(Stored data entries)
_ _ _ _ _ _ _

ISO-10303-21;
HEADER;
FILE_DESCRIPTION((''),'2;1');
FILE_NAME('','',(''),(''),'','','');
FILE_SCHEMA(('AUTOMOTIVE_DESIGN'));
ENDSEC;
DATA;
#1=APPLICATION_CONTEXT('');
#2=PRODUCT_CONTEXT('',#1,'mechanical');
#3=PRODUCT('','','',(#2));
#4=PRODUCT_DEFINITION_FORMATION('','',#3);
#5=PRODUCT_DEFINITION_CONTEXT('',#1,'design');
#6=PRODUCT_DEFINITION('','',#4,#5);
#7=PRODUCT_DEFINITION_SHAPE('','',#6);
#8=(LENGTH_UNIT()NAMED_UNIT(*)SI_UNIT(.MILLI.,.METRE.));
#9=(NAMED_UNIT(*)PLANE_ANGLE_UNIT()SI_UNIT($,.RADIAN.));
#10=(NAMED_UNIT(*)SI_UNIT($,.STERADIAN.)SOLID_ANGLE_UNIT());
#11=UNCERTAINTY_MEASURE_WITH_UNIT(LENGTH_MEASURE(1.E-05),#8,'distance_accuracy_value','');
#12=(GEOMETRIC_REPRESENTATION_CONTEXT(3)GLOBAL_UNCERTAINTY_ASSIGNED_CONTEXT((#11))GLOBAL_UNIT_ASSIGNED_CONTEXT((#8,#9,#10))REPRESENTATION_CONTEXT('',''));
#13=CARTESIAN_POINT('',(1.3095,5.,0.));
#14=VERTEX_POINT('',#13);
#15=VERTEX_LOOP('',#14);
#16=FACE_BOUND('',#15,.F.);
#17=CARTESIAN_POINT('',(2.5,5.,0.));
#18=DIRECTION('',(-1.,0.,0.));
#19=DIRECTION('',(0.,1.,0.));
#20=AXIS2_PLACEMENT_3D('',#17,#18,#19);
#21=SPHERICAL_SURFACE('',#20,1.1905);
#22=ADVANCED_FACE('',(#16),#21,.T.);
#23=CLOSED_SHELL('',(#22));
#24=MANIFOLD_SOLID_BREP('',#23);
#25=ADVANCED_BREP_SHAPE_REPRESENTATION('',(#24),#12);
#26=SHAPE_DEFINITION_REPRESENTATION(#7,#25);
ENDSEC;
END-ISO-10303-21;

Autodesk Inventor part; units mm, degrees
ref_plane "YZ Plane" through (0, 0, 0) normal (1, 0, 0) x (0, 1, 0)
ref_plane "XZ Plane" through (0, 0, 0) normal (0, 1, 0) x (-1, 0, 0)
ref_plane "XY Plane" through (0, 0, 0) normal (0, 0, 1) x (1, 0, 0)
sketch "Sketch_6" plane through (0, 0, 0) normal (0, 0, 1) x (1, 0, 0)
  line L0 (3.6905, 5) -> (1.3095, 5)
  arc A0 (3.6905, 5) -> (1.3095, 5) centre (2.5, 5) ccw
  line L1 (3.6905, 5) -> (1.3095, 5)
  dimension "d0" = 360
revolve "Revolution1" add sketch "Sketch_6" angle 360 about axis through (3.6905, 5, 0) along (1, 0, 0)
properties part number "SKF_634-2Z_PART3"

_ _ _ _ _ _ _

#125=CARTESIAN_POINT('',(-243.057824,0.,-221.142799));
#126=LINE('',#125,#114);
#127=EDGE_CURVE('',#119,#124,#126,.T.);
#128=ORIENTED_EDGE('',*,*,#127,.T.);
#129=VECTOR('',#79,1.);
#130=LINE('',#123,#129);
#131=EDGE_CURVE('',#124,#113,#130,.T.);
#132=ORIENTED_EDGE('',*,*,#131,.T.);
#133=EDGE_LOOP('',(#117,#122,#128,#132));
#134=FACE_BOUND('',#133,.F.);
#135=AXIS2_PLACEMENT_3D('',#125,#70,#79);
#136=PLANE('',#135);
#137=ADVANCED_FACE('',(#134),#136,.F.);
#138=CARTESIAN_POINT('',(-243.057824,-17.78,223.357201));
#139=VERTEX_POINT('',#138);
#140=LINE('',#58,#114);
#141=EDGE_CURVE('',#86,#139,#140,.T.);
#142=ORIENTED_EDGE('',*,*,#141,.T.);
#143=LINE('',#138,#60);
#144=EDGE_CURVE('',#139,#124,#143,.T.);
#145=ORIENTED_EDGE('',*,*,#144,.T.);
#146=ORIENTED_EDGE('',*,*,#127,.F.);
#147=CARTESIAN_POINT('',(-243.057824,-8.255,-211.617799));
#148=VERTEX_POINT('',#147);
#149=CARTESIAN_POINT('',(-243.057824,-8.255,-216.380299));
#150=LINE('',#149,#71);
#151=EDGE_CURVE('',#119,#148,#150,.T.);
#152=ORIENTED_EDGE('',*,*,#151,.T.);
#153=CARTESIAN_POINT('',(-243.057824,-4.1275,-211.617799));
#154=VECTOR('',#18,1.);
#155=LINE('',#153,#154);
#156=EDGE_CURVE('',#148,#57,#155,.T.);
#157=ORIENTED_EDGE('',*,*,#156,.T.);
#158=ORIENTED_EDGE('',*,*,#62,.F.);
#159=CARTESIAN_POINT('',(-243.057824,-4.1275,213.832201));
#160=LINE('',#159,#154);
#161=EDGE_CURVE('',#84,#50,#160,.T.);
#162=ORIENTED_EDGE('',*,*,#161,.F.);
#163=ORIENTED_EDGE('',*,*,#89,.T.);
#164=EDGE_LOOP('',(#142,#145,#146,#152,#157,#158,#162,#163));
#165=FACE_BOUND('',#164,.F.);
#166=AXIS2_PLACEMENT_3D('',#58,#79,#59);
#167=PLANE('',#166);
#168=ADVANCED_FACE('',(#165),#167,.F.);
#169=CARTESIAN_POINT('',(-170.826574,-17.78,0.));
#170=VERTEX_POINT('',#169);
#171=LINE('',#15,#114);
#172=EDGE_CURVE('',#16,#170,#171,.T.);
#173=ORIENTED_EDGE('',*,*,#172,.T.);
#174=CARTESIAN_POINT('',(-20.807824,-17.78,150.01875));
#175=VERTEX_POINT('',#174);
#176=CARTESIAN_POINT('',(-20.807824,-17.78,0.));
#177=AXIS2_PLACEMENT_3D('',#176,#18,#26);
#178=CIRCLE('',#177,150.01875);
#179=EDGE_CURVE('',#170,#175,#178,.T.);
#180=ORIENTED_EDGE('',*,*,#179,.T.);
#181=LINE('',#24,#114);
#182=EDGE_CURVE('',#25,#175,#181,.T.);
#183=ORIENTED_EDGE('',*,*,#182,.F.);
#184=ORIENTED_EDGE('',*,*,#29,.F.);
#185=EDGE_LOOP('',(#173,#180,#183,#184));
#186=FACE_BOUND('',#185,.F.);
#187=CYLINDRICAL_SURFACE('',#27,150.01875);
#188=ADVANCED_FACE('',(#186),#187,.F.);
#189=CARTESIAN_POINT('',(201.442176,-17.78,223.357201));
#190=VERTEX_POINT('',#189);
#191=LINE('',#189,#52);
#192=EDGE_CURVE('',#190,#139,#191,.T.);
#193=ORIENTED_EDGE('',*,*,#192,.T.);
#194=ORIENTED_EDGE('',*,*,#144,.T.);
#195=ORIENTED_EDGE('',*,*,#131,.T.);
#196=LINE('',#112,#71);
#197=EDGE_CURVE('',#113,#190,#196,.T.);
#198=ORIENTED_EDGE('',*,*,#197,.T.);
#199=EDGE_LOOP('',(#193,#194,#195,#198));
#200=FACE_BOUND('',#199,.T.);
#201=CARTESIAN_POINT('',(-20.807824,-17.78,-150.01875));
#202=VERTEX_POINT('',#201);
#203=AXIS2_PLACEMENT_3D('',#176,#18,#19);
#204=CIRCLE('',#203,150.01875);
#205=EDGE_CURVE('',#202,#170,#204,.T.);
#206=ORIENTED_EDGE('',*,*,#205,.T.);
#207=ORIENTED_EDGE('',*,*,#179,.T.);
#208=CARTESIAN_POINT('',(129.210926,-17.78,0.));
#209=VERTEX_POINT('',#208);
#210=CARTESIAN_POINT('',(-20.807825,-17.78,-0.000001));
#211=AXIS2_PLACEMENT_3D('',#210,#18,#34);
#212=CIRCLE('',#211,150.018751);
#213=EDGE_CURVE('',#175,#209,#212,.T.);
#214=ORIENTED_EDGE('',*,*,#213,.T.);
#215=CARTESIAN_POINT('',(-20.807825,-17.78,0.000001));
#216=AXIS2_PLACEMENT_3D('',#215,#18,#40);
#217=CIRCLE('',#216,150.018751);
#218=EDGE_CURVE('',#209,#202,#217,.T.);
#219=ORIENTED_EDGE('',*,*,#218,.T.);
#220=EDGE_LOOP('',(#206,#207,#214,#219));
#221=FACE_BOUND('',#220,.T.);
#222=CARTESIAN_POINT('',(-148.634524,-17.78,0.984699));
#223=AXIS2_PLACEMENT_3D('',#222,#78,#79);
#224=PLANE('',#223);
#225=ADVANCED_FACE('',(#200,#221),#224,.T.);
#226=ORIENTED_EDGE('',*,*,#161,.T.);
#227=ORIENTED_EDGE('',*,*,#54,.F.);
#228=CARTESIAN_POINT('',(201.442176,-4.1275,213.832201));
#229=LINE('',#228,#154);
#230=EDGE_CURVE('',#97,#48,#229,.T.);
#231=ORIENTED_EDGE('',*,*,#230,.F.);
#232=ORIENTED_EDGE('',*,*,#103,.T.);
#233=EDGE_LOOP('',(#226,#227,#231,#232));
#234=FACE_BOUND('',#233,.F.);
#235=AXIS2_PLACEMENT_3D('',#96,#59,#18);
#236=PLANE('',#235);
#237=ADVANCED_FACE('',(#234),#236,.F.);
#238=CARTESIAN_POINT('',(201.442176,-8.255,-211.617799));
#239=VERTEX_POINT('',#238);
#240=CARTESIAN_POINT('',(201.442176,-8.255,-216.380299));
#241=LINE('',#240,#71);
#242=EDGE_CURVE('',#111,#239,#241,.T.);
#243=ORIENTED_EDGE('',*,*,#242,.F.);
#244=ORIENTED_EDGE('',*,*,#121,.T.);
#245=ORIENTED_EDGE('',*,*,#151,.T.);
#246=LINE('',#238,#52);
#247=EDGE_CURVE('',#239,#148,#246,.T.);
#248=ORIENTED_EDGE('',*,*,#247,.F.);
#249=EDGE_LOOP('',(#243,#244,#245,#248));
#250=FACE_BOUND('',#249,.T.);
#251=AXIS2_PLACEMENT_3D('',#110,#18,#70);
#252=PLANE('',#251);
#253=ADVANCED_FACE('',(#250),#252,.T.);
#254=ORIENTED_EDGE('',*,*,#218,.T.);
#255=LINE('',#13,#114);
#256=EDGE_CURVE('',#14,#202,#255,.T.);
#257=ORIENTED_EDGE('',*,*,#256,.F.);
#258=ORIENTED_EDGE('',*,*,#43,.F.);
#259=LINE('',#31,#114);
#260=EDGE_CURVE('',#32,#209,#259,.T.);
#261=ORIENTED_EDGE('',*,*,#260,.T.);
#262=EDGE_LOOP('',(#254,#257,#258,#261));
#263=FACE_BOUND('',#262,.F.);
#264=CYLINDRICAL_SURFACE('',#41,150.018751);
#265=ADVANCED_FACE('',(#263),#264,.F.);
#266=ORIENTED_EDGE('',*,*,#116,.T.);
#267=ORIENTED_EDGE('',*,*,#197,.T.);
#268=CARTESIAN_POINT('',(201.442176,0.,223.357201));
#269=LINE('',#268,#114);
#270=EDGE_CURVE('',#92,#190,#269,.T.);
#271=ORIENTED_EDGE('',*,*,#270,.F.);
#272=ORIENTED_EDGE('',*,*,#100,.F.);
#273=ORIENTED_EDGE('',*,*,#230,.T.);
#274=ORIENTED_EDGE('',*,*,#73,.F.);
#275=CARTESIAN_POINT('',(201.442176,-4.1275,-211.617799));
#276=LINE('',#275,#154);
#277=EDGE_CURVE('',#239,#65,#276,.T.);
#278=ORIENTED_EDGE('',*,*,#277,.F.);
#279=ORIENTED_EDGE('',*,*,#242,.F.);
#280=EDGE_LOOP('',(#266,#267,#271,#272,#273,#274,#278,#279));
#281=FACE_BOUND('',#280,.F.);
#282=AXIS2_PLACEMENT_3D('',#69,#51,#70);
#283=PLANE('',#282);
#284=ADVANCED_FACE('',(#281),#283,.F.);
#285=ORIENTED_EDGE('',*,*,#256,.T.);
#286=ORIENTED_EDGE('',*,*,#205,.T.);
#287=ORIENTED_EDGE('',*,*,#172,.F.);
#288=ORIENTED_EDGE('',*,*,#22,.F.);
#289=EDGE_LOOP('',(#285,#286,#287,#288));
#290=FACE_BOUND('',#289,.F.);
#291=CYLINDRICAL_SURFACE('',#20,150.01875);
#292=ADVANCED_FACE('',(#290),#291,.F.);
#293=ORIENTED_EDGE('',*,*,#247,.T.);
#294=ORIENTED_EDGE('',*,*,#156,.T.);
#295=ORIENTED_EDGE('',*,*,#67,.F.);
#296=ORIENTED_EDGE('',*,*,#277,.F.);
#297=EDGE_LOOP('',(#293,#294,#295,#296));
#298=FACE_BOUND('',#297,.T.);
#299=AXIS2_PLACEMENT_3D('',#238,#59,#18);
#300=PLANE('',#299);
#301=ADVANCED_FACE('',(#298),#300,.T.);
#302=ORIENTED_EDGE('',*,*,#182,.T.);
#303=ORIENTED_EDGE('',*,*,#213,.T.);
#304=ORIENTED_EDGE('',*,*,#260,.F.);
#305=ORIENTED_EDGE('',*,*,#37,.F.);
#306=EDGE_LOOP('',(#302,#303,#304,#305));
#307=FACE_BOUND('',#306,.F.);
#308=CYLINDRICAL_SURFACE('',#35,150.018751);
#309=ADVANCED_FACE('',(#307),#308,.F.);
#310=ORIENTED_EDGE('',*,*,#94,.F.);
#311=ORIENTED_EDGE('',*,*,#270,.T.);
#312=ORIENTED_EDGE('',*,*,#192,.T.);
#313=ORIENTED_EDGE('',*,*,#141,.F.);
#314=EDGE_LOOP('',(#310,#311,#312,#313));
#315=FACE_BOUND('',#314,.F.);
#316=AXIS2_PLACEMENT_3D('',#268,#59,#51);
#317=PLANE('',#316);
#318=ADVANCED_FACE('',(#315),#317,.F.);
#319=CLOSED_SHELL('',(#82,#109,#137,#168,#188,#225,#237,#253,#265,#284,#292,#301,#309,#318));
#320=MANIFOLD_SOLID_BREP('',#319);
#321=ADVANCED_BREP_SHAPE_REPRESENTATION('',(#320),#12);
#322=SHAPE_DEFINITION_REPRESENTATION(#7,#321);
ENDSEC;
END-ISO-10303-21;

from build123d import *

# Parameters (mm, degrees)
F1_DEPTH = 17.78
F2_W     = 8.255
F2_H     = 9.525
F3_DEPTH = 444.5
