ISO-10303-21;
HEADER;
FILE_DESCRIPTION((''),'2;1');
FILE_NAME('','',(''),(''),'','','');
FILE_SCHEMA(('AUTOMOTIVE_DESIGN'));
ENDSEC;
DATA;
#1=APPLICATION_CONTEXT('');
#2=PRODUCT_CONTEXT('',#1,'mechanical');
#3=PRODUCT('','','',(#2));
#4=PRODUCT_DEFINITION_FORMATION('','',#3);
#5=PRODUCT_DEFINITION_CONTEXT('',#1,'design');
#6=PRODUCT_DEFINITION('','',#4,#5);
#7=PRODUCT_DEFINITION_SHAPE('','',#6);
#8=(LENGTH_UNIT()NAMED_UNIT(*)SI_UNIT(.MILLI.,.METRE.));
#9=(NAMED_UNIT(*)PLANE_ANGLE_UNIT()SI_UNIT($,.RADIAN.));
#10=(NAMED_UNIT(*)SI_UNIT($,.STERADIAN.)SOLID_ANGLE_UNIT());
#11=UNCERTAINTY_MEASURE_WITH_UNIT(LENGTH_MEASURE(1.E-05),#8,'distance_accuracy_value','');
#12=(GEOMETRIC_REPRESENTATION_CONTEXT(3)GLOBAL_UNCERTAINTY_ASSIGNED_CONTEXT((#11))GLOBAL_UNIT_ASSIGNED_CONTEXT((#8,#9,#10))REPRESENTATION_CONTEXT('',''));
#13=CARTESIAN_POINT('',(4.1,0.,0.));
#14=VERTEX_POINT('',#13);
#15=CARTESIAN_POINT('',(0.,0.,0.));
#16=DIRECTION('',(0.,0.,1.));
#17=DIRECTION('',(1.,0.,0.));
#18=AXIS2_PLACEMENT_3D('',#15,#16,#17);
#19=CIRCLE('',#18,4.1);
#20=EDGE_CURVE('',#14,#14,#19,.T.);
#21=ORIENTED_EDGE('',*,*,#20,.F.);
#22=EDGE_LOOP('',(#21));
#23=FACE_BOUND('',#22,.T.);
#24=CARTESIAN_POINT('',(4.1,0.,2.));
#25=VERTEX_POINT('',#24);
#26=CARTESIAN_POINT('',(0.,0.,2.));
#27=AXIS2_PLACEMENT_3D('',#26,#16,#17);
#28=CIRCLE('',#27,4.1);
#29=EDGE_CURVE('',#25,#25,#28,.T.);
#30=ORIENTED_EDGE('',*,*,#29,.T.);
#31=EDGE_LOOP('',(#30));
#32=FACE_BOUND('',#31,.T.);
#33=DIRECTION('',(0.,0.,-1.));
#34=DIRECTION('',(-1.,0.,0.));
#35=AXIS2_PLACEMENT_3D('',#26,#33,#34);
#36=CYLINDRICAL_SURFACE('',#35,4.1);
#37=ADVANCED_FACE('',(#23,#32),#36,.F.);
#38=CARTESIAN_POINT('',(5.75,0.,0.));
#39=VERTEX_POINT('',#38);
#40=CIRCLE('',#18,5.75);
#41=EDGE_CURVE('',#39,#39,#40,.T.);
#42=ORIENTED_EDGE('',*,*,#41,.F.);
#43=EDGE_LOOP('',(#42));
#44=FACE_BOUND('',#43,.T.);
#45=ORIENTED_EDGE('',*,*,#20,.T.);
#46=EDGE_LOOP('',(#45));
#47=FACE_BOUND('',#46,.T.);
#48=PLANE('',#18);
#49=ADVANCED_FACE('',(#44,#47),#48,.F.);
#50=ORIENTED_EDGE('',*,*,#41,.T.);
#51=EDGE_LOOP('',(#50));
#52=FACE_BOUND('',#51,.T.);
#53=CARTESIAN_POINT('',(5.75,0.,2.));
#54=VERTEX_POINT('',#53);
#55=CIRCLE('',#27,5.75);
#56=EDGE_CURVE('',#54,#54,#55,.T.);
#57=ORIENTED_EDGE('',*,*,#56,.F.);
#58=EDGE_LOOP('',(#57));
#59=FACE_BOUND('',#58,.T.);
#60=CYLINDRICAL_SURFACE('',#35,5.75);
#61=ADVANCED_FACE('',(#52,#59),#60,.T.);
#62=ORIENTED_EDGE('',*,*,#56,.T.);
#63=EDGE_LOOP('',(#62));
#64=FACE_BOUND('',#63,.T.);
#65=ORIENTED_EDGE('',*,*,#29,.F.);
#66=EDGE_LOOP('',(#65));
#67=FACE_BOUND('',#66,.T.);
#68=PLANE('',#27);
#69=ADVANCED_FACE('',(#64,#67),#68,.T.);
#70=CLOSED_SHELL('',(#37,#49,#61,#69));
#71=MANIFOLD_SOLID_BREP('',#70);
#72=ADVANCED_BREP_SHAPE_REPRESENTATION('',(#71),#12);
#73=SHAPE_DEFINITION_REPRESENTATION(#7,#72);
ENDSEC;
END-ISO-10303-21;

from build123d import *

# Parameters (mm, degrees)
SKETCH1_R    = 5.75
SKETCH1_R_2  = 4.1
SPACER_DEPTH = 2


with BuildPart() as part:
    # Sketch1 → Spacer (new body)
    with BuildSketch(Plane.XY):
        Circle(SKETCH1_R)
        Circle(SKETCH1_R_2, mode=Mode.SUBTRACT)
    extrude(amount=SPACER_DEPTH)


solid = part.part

_ _ _ _ _ _ _

**EXERCISE DESCRIPTION**
Going back to the entries above, set down exactly the lines that begin at the one with "#224=PLANE('',#223);" and end at the one with "#238=CARTESIAN_POINT('',(201.442176,-8.255,-211.617799));", both included, and nothing else.

**ANSWER TO THE PROBLEM**
#224=PLANE('',#223);
#225=ADVANCED_FACE('',(#200,#221),#224,.T.);
#226=ORIENTED_EDGE('',*,*,#161,.T.);
#227=ORIENTED_EDGE('',*,*,#54,.F.);
#228=CARTESIAN_POINT('',(201.442176,-4.1275,213.832201));
#229=LINE('',#228,#154);
#230=EDGE_CURVE('',#97,#48,#229,.T.);
#231=ORIENTED_EDGE('',*,*,#230,.F.);
#232=ORIENTED_EDGE('',*,*,#103,.T.);
#233=EDGE_LOOP('',(#226,#227,#231,#232));
#234=FACE_BOUND('',#233,.F.);
#235=AXIS2_PLACEMENT_3D('',#96,#59,#18);
#236=PLANE('',#235);
#237=ADVANCED_FACE('',(#234),#236,.F.);
#238=CARTESIAN_POINT('',(201.442176,-8.255,-211.617799));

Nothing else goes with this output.